The first time I traveled to Casa I might've believe that I was bringing something to the children. I may have felt that they needed me or that I had something to offer them. I learned quickly, during that first visit, that the children had more to offer me than I could possibly bring to them. How could I ever impart strength, wisdom, character, or eternal knowledge to those who've been so blessed. I consider the children at Casa to be among the very elect, favored by God.

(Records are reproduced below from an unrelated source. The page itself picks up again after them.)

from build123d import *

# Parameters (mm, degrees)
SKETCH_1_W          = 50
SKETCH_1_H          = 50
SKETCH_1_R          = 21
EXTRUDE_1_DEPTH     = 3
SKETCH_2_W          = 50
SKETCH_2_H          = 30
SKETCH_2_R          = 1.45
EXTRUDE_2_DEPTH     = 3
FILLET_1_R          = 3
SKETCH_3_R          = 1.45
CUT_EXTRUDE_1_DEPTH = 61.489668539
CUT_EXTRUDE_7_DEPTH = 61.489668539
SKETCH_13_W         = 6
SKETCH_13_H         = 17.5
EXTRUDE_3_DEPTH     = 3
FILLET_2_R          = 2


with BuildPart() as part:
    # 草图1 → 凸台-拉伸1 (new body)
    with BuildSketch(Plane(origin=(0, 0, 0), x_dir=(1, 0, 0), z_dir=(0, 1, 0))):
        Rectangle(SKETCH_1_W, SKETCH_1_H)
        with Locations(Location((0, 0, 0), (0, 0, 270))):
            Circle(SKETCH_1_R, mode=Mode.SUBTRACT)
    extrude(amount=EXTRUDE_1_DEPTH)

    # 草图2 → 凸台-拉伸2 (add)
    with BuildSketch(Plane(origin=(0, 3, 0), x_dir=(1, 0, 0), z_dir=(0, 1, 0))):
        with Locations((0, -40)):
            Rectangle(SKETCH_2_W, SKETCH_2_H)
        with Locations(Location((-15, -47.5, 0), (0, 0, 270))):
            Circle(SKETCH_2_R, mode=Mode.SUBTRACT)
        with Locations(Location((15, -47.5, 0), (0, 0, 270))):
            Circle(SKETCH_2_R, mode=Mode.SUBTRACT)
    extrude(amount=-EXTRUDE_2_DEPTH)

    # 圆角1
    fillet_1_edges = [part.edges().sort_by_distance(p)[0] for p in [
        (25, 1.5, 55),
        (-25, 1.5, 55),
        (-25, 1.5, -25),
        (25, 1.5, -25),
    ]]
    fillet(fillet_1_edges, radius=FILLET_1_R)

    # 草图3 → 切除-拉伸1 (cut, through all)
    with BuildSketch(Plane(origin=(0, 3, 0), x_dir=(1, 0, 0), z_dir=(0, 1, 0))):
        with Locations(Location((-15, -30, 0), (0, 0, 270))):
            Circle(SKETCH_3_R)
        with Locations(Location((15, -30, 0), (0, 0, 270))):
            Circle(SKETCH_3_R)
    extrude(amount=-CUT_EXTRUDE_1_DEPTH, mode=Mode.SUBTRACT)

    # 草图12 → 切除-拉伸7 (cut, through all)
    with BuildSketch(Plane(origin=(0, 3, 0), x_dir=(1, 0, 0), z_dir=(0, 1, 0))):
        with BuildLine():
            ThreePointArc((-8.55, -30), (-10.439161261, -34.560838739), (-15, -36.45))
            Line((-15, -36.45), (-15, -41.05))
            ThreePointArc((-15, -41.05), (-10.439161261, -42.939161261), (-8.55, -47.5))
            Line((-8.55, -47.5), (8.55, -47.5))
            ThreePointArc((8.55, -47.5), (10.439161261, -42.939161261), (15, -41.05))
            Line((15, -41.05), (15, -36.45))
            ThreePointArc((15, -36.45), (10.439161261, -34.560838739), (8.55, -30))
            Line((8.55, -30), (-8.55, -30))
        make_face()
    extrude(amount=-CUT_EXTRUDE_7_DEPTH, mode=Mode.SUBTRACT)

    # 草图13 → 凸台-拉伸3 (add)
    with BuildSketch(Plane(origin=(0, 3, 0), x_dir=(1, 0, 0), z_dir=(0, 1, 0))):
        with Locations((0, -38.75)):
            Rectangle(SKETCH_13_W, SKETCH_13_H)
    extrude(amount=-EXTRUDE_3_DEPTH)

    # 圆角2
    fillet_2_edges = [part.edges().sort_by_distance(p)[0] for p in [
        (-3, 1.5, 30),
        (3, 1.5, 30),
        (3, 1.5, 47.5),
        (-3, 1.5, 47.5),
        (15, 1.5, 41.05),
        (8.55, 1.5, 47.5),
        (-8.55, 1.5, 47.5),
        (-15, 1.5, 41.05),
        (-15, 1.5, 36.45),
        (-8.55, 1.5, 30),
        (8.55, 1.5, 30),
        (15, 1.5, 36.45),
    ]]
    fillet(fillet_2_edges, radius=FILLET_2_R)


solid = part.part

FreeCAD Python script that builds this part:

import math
import FreeCAD as App
import Part
import Sketcher

V = App.Vector
Q = App.Units.Quantity


def edges_at(feature, points):
    """Names of the edges that pass closest to the given points."""
    edges = feature.Shape.Edges
    near = lambda p: min(range(len(edges)), key=lambda i: edges[i].distToShape(Part.Vertex(*p))[0])
    return sorted({f"Edge{near(p) + 1}" for p in points})

doc = App.newDocument("Part")
body = doc.addObject("PartDesign::Body", "Body")

# Sketch on XZ plane
sketch1 = body.newObject("Sketcher::SketchObject", "Sketch")
sketch1.AttachmentSupport = (doc.getObject("XZ_Plane"), [""])
sketch1.MapMode = "FlatFace"
sketch1.addGeometry(Part.LineSegment(V(-25, -25, 0), V(-25, 25, 0)), False)
sketch1.addGeometry(Part.LineSegment(V(-25, 25, 0), V(25, 25, 0)), False)
sketch1.addGeometry(Part.LineSegment(V(25, 25, 0), V(25, -25, 0)), False)
sketch1.addGeometry(Part.LineSegment(V(25, -25, 0), V(-25, -25, 0)), False)
sketch1.addGeometry(Part.Circle(V(0, 0, 0), V(0, 0, 1), 21), False)
sketch1.addConstraint(Sketcher.Constraint("Coincident", 0, 2, 1, 1))
sketch1.addConstraint(Sketcher.Constraint("Coincident", 1, 2, 2, 1))
sketch1.addConstraint(Sketcher.Constraint("Coincident", 2, 2, 3, 1))
sketch1.addConstraint(Sketcher.Constraint("Coincident", 3, 2, 0, 1))
sketch1.addConstraint(Sketcher.Constraint("Vertical", 0))
sketch1.addConstraint(Sketcher.Constraint("Horizontal", 1))
sketch1.addConstraint(Sketcher.Constraint("Vertical", 2))
sketch1.addConstraint(Sketcher.Constraint("Horizontal", 3))
sketch1.addConstraint(Sketcher.Constraint("Coincident", 4, 3, -1, 1))
sketch1.addConstraint(Sketcher.Constraint("Symmetric", 0, 2, 2, 2, -1, 1))
sketch1.addConstraint(Sketcher.Constraint("Equal", 3, 0))
sketch1.addConstraint(Sketcher.Constraint("Diameter", 4, Q("42 mm")))
sketch1.addConstraint(Sketcher.Constraint("DistanceX", 1, 1, 1, 2, Q("50 mm")))
pad1 = body.newObject("PartDesign::Pad", "Pad")
pad1.Profile = sketch1
pad1.Length = 3
pad1.Reversed = True

# Sketch on XZ plane
sketch2 = body.newObject("Sketcher::SketchObject", "Sketch001")
sketch2.AttachmentSupport = (doc.getObject("XZ_Plane"), [""])
sketch2.MapMode = "FlatFace"
sketch2.AttachmentOffset = App.Placement(V(0, 0, -3), App.Rotation())
sketch2.addGeometry(Part.LineSegment(V(-25, 25, 0), V(-25, 55, 0)), False)
sketch2.addGeometry(Part.LineSegment(V(-25, 55, 0), V(25, 55, 0)), False)
sketch2.addGeometry(Part.LineSegment(V(25, 55, 0), V(25, 25, 0)), False)
sketch2.addGeometry(Part.LineSegment(V(25, 25, 0), V(-25, 25, 0)), False)
sketch2.addGeometry(Part.Circle(V(-15, 47.5, 0), V(0, 0, 1), 1.45), False)
sketch2.addGeometry(Part.Circle(V(15, 47.5, 0), V(0, 0, 1), 1.45), False)
sketch2.addConstraint(Sketcher.Constraint("Coincident", 0, 2, 1, 1))
sketch2.addConstraint(Sketcher.Constraint("Coincident", 1, 2, 2, 1))
sketch2.addConstraint(Sketcher.Constraint("Coincident", 2, 2, 3, 1))
sketch2.addConstraint(Sketcher.Constraint("Coincident", 3, 2, 0, 1))
sketch2.addConstraint(Sketcher.Constraint("Vertical", 0))
sketch2.addConstraint(Sketcher.Constraint("Horizontal", 1))
sketch2.addConstraint(Sketcher.Constraint("Vertical", 2))
sketch2.addConstraint(Sketcher.Constraint("Horizontal", 3))
sketch2.addConstraint(Sketcher.Constraint("Equal", 4, 5))
sketch2.addConstraint(Sketcher.Constraint("Symmetric", 4, 3, 5, 3, -2))
sketch2.addConstraint(Sketcher.Constraint("Diameter", 4, Q("2.9 mm")))
sketch2.addConstraint(Sketcher.Constraint("DistanceX", 1, 1, 1, 2, Q("50 mm")))
sketch2.addConstraint(Sketcher.Constraint("DistanceY", 0, 1, 0, 2, Q("30 mm")))
sketch2.addConstraint(Sketcher.Constraint("DistanceX", 4, 3, -1, 1, Q("15 mm")))
sketch2.addConstraint(Sketcher.Constraint("DistanceX", 0, 2, -1, 1, Q("25 mm")))
sketch2.addConstraint(Sketcher.Constraint("DistanceY", -1, 1, 0, 2, Q("55 mm")))
sketch2.addConstraint(Sketcher.Constraint("DistanceY", -1, 1, 4, 3, Q("47.5 mm")))
pad2 = body.newObject("PartDesign::Pad", "Pad001")
pad2.Profile = sketch2
pad2.Length = 3
doc.recompute()

fillet = body.newObject("PartDesign::Fillet", "Fillet")
fillet.Base = (pad2, edges_at(pad2, [
    (25, 1.5, 55),
    (-25, 1.5, 55),
    (-25, 1.5, -25),
    (25, 1.5, -25),
]))
fillet.Radius = 3

# Sketch on XZ plane
sketch3 = body.newObject("Sketcher::SketchObject", "Sketch002")
sketch3.AttachmentSupport = (doc.getObject("XZ_Plane"), [""])
sketch3.MapMode = "FlatFace"
sketch3.AttachmentOffset = App.Placement(V(0, 0, -3), App.Rotation())
sketch3.addGeometry(Part.Circle(V(-15, 30, 0), V(0, 0, 1), 1.45), False)
sketch3.addGeometry(Part.Circle(V(15, 30, 0), V(0, 0, 1), 1.45), False)
sketch3.addConstraint(Sketcher.Constraint("Equal", 0, 1))
sketch3.addConstraint(Sketcher.Constraint("Symmetric", 0, 3, 1, 3, -2))
sketch3.addConstraint(Sketcher.Constraint("Diameter", 0, Q("2.9 mm")))
sketch3.addConstraint(Sketcher.Constraint("DistanceX", 0, 3, -1, 1, Q("15 mm")))
sketch3.addConstraint(Sketcher.Constraint("DistanceY", -1, 1, 0, 3, Q("30 mm")))
pocket1 = body.newObject("PartDesign::Pocket", "Pocket")
pocket1.Profile = sketch3
pocket1.Type = "ThroughAll"
pocket1.Reversed = True

# Sketch on XZ plane
sketch4 = body.newObject("Sketcher::SketchObject", "Sketch003")
sketch4.AttachmentSupport = (doc.getObject("XZ_Plane"), [""])
sketch4.MapMode = "FlatFace"
sketch4.AttachmentOffset = App.Placement(V(0, 0, -3), App.Rotation())
sketch4.addGeometry(Part.ArcOfCircle(Part.Circle(V(-15, 30, 0), V(0, 0, 1), 6.45), math.radians(0), math.radians(90)), False)
sketch4.addGeometry(Part.LineSegment(V(-15, 36.45, 0), V(-15, 41.05, 0)), False)
sketch4.addGeometry(Part.ArcOfCircle(Part.Circle(V(-15, 47.5, 0), V(0, 0, 1), 6.45), math.radians(-90), math.radians(0)), False)
sketch4.addGeometry(Part.LineSegment(V(-8.55, 47.5, 0), V(8.55, 47.5, 0)), False)
sketch4.addGeometry(Part.ArcOfCircle(Part.Circle(V(15, 47.5, 0), V(0, 0, 1), 6.45), math.radians(180), math.radians(270)), False)
sketch4.addGeometry(Part.LineSegment(V(15, 41.05, 0), V(15, 36.45, 0)), False)
sketch4.addGeometry(Part.ArcOfCircle(Part.Circle(V(15, 30, 0), V(0, 0, 1), 6.45), math.radians(90), math.radians(180)), False)
sketch4.addGeometry(Part.LineSegment(V(8.55, 30, 0), V(-8.55, 30, 0)), False)
sketch4.addConstraint(Sketcher.Constraint("Coincident", 0, 2, 1, 1))
sketch4.addConstraint(Sketcher.Constraint("Coincident", 1, 2, 2, 1))
sketch4.addConstraint(Sketcher.Constraint("Coincident", 2, 2, 3, 1))
sketch4.addConstraint(Sketcher.Constraint("Coincident", 3, 2, 4, 1))
sketch4.addConstraint(Sketcher.Constraint("Coincident", 4, 2, 5, 1))
sketch4.addConstraint(Sketcher.Constraint("Coincident", 5, 2, 6, 1))
sketch4.addConstraint(Sketcher.Constraint("Coincident", 6, 2, 7, 1))
sketch4.addConstraint(Sketcher.Constraint("Coincident", 7, 2, 0, 1))
sketch4.addConstraint(Sketcher.Constraint("Vertical", 1))
sketch4.addConstraint(Sketcher.Constraint("Horizontal", 3))
sketch4.addConstraint(Sketcher.Constraint("Vertical", 5))
sketch4.addConstraint(Sketcher.Constraint("Horizontal", 7))
sketch4.addConstraint(Sketcher.Constraint("Equal", 0, 2))
sketch4.addConstraint(Sketcher.Constraint("Equal", 2, 4))
sketch4.addConstraint(Sketcher.Constraint("Equal", 4, 6))
sketch4.addConstraint(Sketcher.Constraint("Symmetric", 2, 3, 4, 3, -2))
sketch4.addConstraint(Sketcher.Constraint("Symmetric", 0, 3, 6, 3, -2))
sketch4.addConstraint(Sketcher.Constraint("Horizontal", 4, 3, 2, 2))
sketch4.addConstraint(Sketcher.Constraint("Horizontal", 0, 3, 6, 2))
sketch4.addConstraint(Sketcher.Constraint("Vertical", 0, 3, 2, 3))
sketch4.addConstraint(Sketcher.Constraint("Vertical", 2, 3, 0, 2))
sketch4.addConstraint(Sketcher.Constraint("Vertical", 6, 3, 4, 2))
sketch4.addConstraint(Sketcher.Constraint("Radius", 0, Q("6.45 mm")))
sketch4.addConstraint(Sketcher.Constraint("DistanceX", 3, 1, 3, 2, Q("17.1 mm")))
sketch4.addConstraint(Sketcher.Constraint("DistanceY", 1, 1, 1, 2, Q("4.6 mm")))
sketch4.addConstraint(Sketcher.Constraint("DistanceY", -1, 1, 0, 3, Q("30 mm")))
pocket2 = body.newObject("PartDesign::Pocket", "Pocket001")
pocket2.Profile = sketch4
pocket2.Type = "ThroughAll"
pocket2.Reversed = True

# Sketch on XZ plane
sketch5 = body.newObject("Sketcher::SketchObject", "Sketch004")
sketch5.AttachmentSupport = (doc.getObject("XZ_Plane"), [""])
sketch5.MapMode = "FlatFace"
sketch5.AttachmentOffset = App.Placement(V(0, 0, -3), App.Rotation())
sketch5.addGeometry(Part.LineSegment(V(-3, 30, 0), V(-3, 47.5, 0)), False)
sketch5.addGeometry(Part.LineSegment(V(-3, 47.5, 0), V(3, 47.5, 0)), False)
sketch5.addGeometry(Part.LineSegment(V(3, 47.5, 0), V(3, 30, 0)), False)
sketch5.addGeometry(Part.LineSegment(V(3, 30, 0), V(-3, 30, 0)), False)
sketch5.addConstraint(Sketcher.Constraint("Coincident", 0, 2, 1, 1))
sketch5.addConstraint(Sketcher.Constraint("Coincident", 1, 2, 2, 1))
sketch5.addConstraint(Sketcher.Constraint("Coincident", 2, 2, 3, 1))
sketch5.addConstraint(Sketcher.Constraint("Coincident", 3, 2, 0, 1))
sketch5.addConstraint(Sketcher.Constraint("Vertical", 0))
sketch5.addConstraint(Sketcher.Constraint("Horizontal", 1))
sketch5.addConstraint(Sketcher.Constraint("Vertical", 2))
sketch5.addConstraint(Sketcher.Constraint("Horizontal", 3))
sketch5.addConstraint(Sketcher.Constraint("DistanceX", 1, 1, 1, 2, Q("6 mm")))
sketch5.addConstraint(Sketcher.Constraint("DistanceY", 0, 1, 0, 2, Q("17.5 mm")))
sketch5.addConstraint(Sketcher.Constraint("DistanceX", 0, 2, -1, 1, Q("3 mm")))
sketch5.addConstraint(Sketcher.Constraint("DistanceY", -1, 1, 2, 2, Q("30 mm")))
pad3 = body.newObject("PartDesign::Pad", "Pad002")
pad3.Profile = sketch5
pad3.Length = 3
doc.recompute()

fillet2 = body.newObject("PartDesign::Fillet", "Fillet001")
fillet2.Base = (pad3, edges_at(pad3, [
    (-3, 1.5, 30),
    (3, 1.5, 30),
    (3, 1.5, 47.5),
    (-3, 1.5, 47.5),
    (15, 1.5, 41.05),
    (8.55, 1.5, 47.5),
    (-8.55, 1.5, 47.5),
    (-15, 1.5, 41.05),
    (-15, 1.5, 36.45),
    (-8.55, 1.5, 30),
    (8.55, 1.5, 30),
    (15, 1.5, 36.45),
]))
fillet2.Radius = 2

doc.recompute()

While I am enslaved to all that surrounds me and must be purposeful about finding God's truths in all that I see, these little ones bask in the joy unspeakable that comes from relying fully on Christ. I must remind myself daily, even hourly, of God's hand in my life and of the fact that there's nothing I can do in and of myself. The kids at Casa learned early in life that they are at the mercy of something greater than they are able to control. They've been blessed with a keen understanding of the love, compassion, and mercy of a God who has not abandoned them in their time of need. I fail miserably when I find myself becoming discontent or wanting more in this life, when my Father has richly blessed me with so much more than I need. The kids at Casa have taught me that all my blessings are as a curse when I allow them to pull my focus away from the one from whom all blessings flow.

My mission now is to seek the simplicity and purpose here that I find when I travel to Casa. It's a physical trip. Tiring in a really good way. But the value in the journey is spiritual as I begin to apply these truths to my life back home.